Exactly the lines from the opening of the data through the line containing "v6 (0,-15.494,-41.1734)" should be reproduced, please, with nothing added.

===== RECORDS TO PROCESS =====

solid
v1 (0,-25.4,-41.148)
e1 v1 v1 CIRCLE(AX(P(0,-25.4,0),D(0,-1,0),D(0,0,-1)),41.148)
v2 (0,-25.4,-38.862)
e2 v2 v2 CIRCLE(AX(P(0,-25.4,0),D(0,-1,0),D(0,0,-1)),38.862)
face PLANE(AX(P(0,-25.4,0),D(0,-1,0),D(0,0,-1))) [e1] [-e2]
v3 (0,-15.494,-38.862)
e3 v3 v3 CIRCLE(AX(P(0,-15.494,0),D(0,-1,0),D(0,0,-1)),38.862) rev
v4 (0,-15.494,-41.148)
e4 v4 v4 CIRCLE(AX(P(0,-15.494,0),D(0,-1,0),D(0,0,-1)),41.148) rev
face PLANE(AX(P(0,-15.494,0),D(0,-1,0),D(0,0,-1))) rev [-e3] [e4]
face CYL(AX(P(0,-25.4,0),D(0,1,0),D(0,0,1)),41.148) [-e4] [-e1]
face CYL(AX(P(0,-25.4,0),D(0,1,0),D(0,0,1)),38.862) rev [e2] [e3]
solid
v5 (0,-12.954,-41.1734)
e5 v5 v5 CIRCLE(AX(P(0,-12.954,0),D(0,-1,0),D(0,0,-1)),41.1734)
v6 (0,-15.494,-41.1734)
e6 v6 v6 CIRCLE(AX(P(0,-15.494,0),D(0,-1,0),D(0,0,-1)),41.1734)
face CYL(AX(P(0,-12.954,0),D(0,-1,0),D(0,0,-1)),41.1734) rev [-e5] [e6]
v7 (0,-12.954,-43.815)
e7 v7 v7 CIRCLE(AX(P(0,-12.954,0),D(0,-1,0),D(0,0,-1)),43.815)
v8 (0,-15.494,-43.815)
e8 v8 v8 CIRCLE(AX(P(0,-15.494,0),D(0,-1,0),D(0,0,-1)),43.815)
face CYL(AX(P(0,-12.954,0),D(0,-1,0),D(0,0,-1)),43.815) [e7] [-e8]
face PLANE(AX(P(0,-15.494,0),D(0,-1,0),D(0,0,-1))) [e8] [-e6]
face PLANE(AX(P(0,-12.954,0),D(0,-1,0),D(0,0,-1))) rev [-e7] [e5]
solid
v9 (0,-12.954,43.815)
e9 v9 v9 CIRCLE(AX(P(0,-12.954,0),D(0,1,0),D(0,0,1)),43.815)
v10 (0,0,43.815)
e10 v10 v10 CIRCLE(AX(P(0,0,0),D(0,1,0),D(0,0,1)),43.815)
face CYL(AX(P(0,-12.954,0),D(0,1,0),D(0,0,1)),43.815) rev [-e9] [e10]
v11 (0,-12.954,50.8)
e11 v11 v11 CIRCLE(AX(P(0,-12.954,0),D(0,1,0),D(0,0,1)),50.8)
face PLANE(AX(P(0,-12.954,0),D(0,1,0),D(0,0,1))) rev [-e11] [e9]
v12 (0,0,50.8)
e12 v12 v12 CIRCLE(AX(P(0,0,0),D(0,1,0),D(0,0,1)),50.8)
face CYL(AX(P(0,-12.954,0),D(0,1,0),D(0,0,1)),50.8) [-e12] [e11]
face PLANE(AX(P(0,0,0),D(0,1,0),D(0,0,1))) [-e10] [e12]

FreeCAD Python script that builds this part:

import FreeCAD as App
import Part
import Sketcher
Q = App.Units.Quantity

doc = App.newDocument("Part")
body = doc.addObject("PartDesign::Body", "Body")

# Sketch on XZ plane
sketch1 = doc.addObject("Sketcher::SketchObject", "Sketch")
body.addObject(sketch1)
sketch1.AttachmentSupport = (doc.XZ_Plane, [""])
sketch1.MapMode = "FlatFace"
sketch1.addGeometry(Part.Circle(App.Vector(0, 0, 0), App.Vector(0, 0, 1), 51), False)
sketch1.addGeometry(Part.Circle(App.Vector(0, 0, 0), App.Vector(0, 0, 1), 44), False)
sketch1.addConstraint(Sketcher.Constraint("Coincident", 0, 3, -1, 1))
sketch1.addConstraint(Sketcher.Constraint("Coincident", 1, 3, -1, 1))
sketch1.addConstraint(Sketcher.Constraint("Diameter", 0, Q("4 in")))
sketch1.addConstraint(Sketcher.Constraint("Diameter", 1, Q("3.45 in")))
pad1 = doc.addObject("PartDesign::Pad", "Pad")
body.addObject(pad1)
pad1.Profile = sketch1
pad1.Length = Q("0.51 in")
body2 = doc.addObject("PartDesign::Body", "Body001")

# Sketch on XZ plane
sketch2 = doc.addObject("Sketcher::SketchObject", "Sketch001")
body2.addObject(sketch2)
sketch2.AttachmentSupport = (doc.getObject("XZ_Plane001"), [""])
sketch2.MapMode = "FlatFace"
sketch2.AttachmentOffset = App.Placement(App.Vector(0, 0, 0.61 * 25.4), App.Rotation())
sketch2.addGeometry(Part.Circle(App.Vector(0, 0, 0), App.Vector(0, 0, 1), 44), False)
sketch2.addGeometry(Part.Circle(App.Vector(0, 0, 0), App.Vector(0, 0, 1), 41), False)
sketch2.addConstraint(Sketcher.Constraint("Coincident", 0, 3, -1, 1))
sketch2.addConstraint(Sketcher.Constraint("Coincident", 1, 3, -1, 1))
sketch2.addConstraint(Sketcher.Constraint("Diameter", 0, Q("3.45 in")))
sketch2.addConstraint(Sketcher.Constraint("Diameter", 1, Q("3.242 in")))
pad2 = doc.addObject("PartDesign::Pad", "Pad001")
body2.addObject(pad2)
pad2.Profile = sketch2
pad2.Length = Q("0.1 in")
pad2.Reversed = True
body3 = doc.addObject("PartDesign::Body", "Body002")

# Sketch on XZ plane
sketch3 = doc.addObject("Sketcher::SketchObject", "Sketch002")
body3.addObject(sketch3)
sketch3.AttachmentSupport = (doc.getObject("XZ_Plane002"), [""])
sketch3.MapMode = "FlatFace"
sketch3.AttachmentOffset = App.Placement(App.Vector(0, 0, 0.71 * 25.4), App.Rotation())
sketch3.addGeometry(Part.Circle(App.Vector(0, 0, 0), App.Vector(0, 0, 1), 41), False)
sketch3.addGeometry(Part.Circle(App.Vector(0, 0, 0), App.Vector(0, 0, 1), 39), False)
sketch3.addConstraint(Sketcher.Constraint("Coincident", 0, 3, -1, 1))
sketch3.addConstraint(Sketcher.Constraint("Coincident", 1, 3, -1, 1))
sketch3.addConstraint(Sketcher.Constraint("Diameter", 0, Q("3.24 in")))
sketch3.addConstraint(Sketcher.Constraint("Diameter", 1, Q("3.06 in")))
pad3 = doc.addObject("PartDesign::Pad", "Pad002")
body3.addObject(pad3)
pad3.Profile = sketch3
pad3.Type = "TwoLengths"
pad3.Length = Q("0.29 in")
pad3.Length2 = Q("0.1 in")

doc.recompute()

=====

WRITTEN ANSWER —
solid
v1 (0,-25.4,-41.148)
e1 v1 v1 CIRCLE(AX(P(0,-25.4,0),D(0,-1,0),D(0,0,-1)),41.148)
v2 (0,-25.4,-38.862)
e2 v2 v2 CIRCLE(AX(P(0,-25.4,0),D(0,-1,0),D(0,0,-1)),38.862)
face PLANE(AX(P(0,-25.4,0),D(0,-1,0),D(0,0,-1))) [e1] [-e2]
v3 (0,-15.494,-38.862)
e3 v3 v3 CIRCLE(AX(P(0,-15.494,0),D(0,-1,0),D(0,0,-1)),38.862) rev
v4 (0,-15.494,-41.148)
e4 v4 v4 CIRCLE(AX(P(0,-15.494,0),D(0,-1,0),D(0,0,-1)),41.148) rev
face PLANE(AX(P(0,-15.494,0),D(0,-1,0),D(0,0,-1))) rev [-e3] [e4]
face CYL(AX(P(0,-25.4,0),D(0,1,0),D(0,0,1)),41.148) [-e4] [-e1]
face CYL(AX(P(0,-25.4,0),D(0,1,0),D(0,0,1)),38.862) rev [e2] [e3]
solid
v5 (0,-12.954,-41.1734)
e5 v5 v5 CIRCLE(AX(P(0,-12.954,0),D(0,-1,0),D(0,0,-1)),41.1734)
v6 (0,-15.494,-41.1734)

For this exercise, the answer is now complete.